Quelle signification pour les investisseurs?
Le changement climatique comme la biodiversité sont des risques d’importance financière qui doivent être pris en compte, mais cela ne signifie pas que nous devons attendre d’avoir les outils pour adopter une approche intégrée. Chez Robeco, nous abordons ces thèmes comme des priorités stratégiques distinctes mais liées, afin de leur accorder l’attention nécessaire et de réaliser une analyse solide. Nous nous basons sur les enseignements tirés de la feuille de route que nous avons élaborée pour atteindre la neutralité carbone, afin de définir notre stratégie en matière de biodiversité, les deux étant menées par notre stratégiste climat et biodiversité.
Nous reconnaissons que les outils et les données nécessaires ne sont pas aussi avancés que ceux relatifs au climat. Néanmoins, nous agissons là où nous le pouvons, en nous concentrant sur les principales répercussions sur la biodiversité dans chaque secteur, et en identifiant les grandes actions que les entreprises de ces secteurs peuvent mettre en œuvre pour réduire leur contribution à la perte de biodiversité.
Les investisseurs peuvent se sentir dépassés par les nombreux aspects de la durabilité qui s’ajoutent à leur processus de décision. Chez Robeco, nous abordons le sujet à l’aide d’une évaluation solide de la matérialité pour chaque secteur et chaque enjeu de durabilité. Nous utilisons notre cadre ODD pour les Objectifs de développement durable qui concernent la biodiversité, le climat et d’autres aspects de la durabilité. Cela nous permet d’agréger dans un score unique les impacts sur la durabilité, tout en conservant la granularité sous-jacente des différents thèmes de la durabilité. Ainsi, nous abordons de multiples problèmes de façon simultanée tout en adoptant une approche modulaire et non intégrée.

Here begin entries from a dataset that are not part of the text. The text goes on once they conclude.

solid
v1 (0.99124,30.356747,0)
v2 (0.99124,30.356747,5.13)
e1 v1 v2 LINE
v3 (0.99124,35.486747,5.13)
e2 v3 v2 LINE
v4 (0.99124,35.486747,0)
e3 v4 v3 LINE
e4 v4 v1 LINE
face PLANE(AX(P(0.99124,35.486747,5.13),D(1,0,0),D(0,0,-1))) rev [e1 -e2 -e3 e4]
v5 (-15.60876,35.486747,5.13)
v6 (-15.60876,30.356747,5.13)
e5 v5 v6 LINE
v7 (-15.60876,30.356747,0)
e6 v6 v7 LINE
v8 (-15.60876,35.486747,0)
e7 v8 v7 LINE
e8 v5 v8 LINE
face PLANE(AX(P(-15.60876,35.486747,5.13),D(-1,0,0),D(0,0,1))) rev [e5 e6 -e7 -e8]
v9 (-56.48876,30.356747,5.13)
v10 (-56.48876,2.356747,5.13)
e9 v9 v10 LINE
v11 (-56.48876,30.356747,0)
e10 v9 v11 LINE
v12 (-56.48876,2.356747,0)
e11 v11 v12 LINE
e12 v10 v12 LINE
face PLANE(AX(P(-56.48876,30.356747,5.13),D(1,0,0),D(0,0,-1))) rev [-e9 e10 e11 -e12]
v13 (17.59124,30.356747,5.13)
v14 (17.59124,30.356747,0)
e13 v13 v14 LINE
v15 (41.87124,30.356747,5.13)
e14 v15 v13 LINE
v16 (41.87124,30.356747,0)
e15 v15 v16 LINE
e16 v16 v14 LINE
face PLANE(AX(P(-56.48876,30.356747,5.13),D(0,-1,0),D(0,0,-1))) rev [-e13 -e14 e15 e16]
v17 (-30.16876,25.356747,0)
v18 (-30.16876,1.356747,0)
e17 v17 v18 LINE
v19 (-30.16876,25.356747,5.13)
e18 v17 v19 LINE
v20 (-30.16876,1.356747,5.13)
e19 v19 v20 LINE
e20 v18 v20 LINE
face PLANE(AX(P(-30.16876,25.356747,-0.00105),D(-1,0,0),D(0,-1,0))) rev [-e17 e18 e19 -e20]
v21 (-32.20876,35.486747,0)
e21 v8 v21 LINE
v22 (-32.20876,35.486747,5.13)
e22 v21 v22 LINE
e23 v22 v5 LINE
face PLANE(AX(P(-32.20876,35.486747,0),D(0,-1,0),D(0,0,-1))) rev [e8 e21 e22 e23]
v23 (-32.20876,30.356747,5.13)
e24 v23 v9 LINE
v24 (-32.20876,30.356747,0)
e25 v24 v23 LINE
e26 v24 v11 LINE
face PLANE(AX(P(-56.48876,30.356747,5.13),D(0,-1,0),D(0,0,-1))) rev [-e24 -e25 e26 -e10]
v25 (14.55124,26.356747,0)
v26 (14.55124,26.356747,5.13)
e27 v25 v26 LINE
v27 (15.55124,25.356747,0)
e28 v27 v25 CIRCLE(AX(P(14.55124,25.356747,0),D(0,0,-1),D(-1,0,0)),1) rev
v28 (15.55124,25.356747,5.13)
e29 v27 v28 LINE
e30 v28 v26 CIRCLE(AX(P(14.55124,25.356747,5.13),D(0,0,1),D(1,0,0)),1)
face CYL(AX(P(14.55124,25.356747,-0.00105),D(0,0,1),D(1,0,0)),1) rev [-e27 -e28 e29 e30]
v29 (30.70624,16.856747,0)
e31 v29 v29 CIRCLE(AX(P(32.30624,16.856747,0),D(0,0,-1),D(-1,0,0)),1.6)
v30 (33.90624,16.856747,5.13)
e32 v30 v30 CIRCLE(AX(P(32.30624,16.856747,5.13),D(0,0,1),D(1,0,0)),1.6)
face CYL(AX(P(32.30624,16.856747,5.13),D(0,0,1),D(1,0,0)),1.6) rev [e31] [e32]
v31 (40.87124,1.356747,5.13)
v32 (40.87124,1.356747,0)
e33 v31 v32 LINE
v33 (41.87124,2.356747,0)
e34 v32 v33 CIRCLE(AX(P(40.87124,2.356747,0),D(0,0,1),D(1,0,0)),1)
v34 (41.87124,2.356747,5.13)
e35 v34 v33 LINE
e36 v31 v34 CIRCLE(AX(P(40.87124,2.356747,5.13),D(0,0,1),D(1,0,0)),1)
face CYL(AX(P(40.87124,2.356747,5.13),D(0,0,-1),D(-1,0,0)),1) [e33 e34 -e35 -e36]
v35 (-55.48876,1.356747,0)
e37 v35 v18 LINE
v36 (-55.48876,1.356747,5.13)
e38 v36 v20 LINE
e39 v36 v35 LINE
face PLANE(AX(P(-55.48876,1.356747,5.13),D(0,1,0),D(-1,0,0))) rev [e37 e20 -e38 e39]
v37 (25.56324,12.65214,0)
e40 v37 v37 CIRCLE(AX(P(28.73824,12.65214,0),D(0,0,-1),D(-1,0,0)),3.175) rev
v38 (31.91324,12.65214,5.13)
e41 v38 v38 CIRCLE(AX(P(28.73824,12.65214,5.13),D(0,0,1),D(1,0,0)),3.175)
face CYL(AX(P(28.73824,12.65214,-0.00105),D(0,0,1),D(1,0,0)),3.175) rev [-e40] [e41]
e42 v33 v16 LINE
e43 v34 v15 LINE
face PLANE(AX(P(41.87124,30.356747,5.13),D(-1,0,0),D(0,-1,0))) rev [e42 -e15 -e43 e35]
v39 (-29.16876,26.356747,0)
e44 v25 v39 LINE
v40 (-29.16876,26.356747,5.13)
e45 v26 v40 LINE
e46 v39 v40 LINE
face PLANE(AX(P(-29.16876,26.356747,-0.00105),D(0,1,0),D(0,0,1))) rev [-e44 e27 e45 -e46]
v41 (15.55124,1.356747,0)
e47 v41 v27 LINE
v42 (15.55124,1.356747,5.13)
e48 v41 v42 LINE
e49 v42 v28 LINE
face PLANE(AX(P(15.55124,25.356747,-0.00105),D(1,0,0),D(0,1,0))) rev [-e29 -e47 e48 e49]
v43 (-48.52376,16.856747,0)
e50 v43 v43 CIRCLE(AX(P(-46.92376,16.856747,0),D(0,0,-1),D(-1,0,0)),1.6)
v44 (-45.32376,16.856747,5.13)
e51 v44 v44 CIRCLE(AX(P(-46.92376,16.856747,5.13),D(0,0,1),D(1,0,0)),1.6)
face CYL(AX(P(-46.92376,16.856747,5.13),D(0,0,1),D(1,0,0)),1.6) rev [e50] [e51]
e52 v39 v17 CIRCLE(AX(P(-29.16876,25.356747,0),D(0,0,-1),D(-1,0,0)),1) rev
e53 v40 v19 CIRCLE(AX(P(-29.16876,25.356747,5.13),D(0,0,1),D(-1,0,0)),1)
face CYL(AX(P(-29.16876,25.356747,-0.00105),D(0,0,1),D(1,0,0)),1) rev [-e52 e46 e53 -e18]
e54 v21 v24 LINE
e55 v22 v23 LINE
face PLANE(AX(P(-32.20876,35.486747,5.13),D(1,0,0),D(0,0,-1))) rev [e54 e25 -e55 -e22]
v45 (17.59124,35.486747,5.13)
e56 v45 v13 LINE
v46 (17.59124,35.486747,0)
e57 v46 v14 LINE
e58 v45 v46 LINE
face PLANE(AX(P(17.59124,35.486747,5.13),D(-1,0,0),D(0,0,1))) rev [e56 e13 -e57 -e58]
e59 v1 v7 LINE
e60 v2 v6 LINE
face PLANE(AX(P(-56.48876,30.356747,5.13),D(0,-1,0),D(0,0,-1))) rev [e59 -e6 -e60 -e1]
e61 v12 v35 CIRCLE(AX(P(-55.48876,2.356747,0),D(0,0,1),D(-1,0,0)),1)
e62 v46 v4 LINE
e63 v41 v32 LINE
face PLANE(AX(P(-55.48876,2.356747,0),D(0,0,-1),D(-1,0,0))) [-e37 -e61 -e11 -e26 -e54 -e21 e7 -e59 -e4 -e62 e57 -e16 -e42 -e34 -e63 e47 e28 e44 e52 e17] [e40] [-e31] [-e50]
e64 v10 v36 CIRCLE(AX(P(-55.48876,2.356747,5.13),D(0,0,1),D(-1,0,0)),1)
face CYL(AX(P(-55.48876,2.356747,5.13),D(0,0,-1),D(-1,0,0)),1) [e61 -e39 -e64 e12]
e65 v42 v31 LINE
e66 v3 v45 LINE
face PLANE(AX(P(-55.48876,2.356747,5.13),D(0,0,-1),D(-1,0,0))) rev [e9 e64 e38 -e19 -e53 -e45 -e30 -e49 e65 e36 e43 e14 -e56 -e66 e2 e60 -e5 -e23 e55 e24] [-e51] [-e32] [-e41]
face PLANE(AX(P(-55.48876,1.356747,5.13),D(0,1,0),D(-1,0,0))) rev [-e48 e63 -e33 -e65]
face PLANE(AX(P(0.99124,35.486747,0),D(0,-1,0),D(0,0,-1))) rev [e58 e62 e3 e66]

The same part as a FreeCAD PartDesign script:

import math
import FreeCAD as App
import Part
import Sketcher

V = App.Vector

doc = App.newDocument("Part")
body = doc.addObject("PartDesign::Body", "Body")

sketch1 = body.newObject("Sketcher::SketchObject", "Sketch")
sketch1.AttachmentSupport = (doc.getObject("XY_Plane"), [""])
sketch1.MapMode = "FlatFace"
sketch1.addGeometry(Part.LineSegment(V(41.9, 30.4, 0), V(-56.5, 30.4, 0)), False)
sketch1.addGeometry(Part.LineSegment(V(-56.5, 30.4, 0), V(-56.5, 2.4, 0)), False)
sketch1.addGeometry(Part.ArcOfCircle(Part.Circle(V(-55.5, 2.4, 0), V(0, 0, 1), 1), math.radians(-180), math.radians(-90)), False)
sketch1.addGeometry(Part.LineSegment(V(-55.5, 1.4, 0), V(40.9, 1.4, 0)), False)
sketch1.addGeometry(Part.ArcOfCircle(Part.Circle(V(40.9, 2.4, 0), V(0, 0, 1), 1), math.radians(-90), math.radians(0)), False)
sketch1.addGeometry(Part.LineSegment(V(41.9, 2.4, 0), V(41.9, 30.4, 0)), False)
sketch1.addConstraint(Sketcher.Constraint("Coincident", 0, 2, 1, 1))
sketch1.addConstraint(Sketcher.Constraint("Tangent", 1, 2, 2, 1))
sketch1.addConstraint(Sketcher.Constraint("Tangent", 2, 2, 3, 1))
sketch1.addConstraint(Sketcher.Constraint("Tangent", 3, 2, 4, 1))
sketch1.addConstraint(Sketcher.Constraint("Tangent", 4, 2, 5, 1))
sketch1.addConstraint(Sketcher.Constraint("Coincident", 5, 2, 0, 1))
sketch1.addConstraint(Sketcher.Constraint("Horizontal", 0))
sketch1.addConstraint(Sketcher.Constraint("Vertical", 1))
sketch1.addConstraint(Sketcher.Constraint("Horizontal", 3))
sketch1.addConstraint(Sketcher.Constraint("Vertical", 5))
sketch1.addConstraint(Sketcher.Constraint("Equal", 2, 4))
sketch1.addConstraint(Sketcher.Constraint("Radius", 2, 1.0))
sketch1.addConstraint(Sketcher.Constraint("DistanceY", 1, 2, 1, 1, 28.0))
sketch1.addConstraint(Sketcher.Constraint("DistanceX", 0, 2, 0, 1, 98.36))
sketch1.addConstraint(Sketcher.Constraint("DistanceX", 2, 3, -1, 1, 55.48876))
sketch1.addConstraint(Sketcher.Constraint("DistanceY", -1, 1, 2, 3, 2.356747))
pad1 = body.newObject("PartDesign::Pad", "Pad")
pad1.Profile = sketch1
pad1.Length = 5.13

sketch2 = body.newObject("Sketcher::SketchObject", "Sketch001")
sketch2.AttachmentSupport = (doc.getObject("XZ_Plane"), [""])
sketch2.MapMode = "FlatFace"
sketch2.AttachmentOffset = App.Placement(V(0, 0, -30.356747), App.Rotation())
sketch2.addGeometry(Part.LineSegment(V(1, 0, 0), V(1, 5, 0)), False)
sketch2.addGeometry(Part.LineSegment(V(1, 5, 0), V(18, 5, 0)), False)
sketch2.addGeometry(Part.LineSegment(V(18, 5, 0), V(18, 0, 0)), False)
sketch2.addGeometry(Part.LineSegment(V(18, 0, 0), V(1, 0, 0)), False)
sketch2.addGeometry(Part.LineSegment(V(-32, 0, 0), V(-32, 5, 0)), False)
sketch2.addGeometry(Part.LineSegment(V(-32, 5, 0), V(-16, 5, 0)), False)
sketch2.addGeometry(Part.LineSegment(V(-16, 5, 0), V(-16, 0, 0)), False)
sketch2.addGeometry(Part.LineSegment(V(-16, 0, 0), V(-32, 0, 0)), False)
sketch2.addConstraint(Sketcher.Constraint("Coincident", 0, 2, 1, 1))
sketch2.addConstraint(Sketcher.Constraint("Coincident", 1, 2, 2, 1))
sketch2.addConstraint(Sketcher.Constraint("Coincident", 2, 2, 3, 1))
sketch2.addConstraint(Sketcher.Constraint("Coincident", 3, 2, 0, 1))
sketch2.addConstraint(Sketcher.Constraint("Coincident", 4, 2, 5, 1))
sketch2.addConstraint(Sketcher.Constraint("Coincident", 5, 2, 6, 1))
sketch2.addConstraint(Sketcher.Constraint("Coincident", 6, 2, 7, 1))
sketch2.addConstraint(Sketcher.Constraint("Coincident", 7, 2, 4, 1))
sketch2.addConstraint(Sketcher.Constraint("Vertical", 0))
sketch2.addConstraint(Sketcher.Constraint("Horizontal", 1))
sketch2.addConstraint(Sketcher.Constraint("Vertical", 2))
sketch2.addConstraint(Sketcher.Constraint("Horizontal", 3))
sketch2.addConstraint(Sketcher.Constraint("Vertical", 4))
sketch2.addConstraint(Sketcher.Constraint("Horizontal", 5))
sketch2.addConstraint(Sketcher.Constraint("Vertical", 6))
sketch2.addConstraint(Sketcher.Constraint("Horizontal", 7))
sketch2.addConstraint(Sketcher.Constraint("PointOnObject", 2, 2, -1))
sketch2.addConstraint(Sketcher.Constraint("PointOnObject", 6, 2, -1))
sketch2.addConstraint(Sketcher.Constraint("Horizontal", 1, 2, 4, 2))
sketch2.addConstraint(Sketcher.Constraint("Equal", 3, 5))
sketch2.addConstraint(Sketcher.Constraint("DistanceX", 1, 1, 1, 2, 16.6))
sketch2.addConstraint(Sketcher.Constraint("DistanceY", 0, 1, 0, 2, 5.13))
sketch2.addConstraint(Sketcher.Constraint("DistanceX", 4, 2, 0, 2, 33.2))
sketch2.addConstraint(Sketcher.Constraint("DistanceX", -1, 1, 0, 2, 0.99124))
pad2 = body.newObject("PartDesign::Pad", "Pad001")
pad2.Profile = sketch2
pad2.Length = 5.13
pad2.Reversed = True

sketch3 = body.newObject("Sketcher::SketchObject", "Sketch002")
sketch3.AttachmentSupport = (doc.getObject("XY_Plane"), [""])
sketch3.MapMode = "FlatFace"
sketch3.AttachmentOffset = App.Placement(V(0, 0, 5.13), App.Rotation())
sketch3.addGeometry(Part.Circle(V(-46.9, 16.9, 0), V(0, 0, 1), 1.6), False)
sketch3.addGeometry(Part.Circle(V(32.3, 16.9, 0), V(0, 0, 1), 1.6), False)
sketch3.addConstraint(Sketcher.Constraint("Equal", 0, 1))
sketch3.addConstraint(Sketcher.Constraint("Horizontal", 0, 3, 1, 3))
sketch3.addConstraint(Sketcher.Constraint("Diameter", 0, 3.2))
sketch3.addConstraint(Sketcher.Constraint("DistanceX", 0, 3, 1, 3, 79.23))
sketch3.addConstraint(Sketcher.Constraint("DistanceX", 0, 3, -1, 1, 46.92376))
sketch3.addConstraint(Sketcher.Constraint("DistanceY", -1, 1, 0, 3, 16.856747))
doc.recompute()
hole = body.newObject("PartDesign::Hole", "Hole")
hole.Profile = sketch3
hole.ThreadType = "None"
hole.Diameter = 3.2
hole.DepthType = "Dimension"
hole.Depth = 5.13
hole.DrillPoint = "Flat"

Nous pouvons désormais nous attaquer aux deux aspects
Beaucoup de travail reste à accomplir. Pour stopper la perte de biodiversité, nous avons notamment besoin de trajectoires de transition dans chaque secteur, comme il en existe déjà en matière de décarbonation. Celles-ci serviront de références pour évaluer les entreprises de manière prospective quant à l’alignement de leurs activités sur les objectifs de l’accord de Kunming-Montréal.
Des méthodologies et des données relatives à la biodiversité sont rapidement mises au point pour faciliter les décisions d’investissement. Nous avons beaucoup appris de l’évaluation des risques et des opportunités liés au climat, ce que nous pouvons appliquer pour agir en vue de stopper la perte de biodiversité. Peut-être que grâce à ces enseignements, nous pourrons avancer plus vite dans la lutte contre la perte de biodiversité que dans celle contre le changement climatique.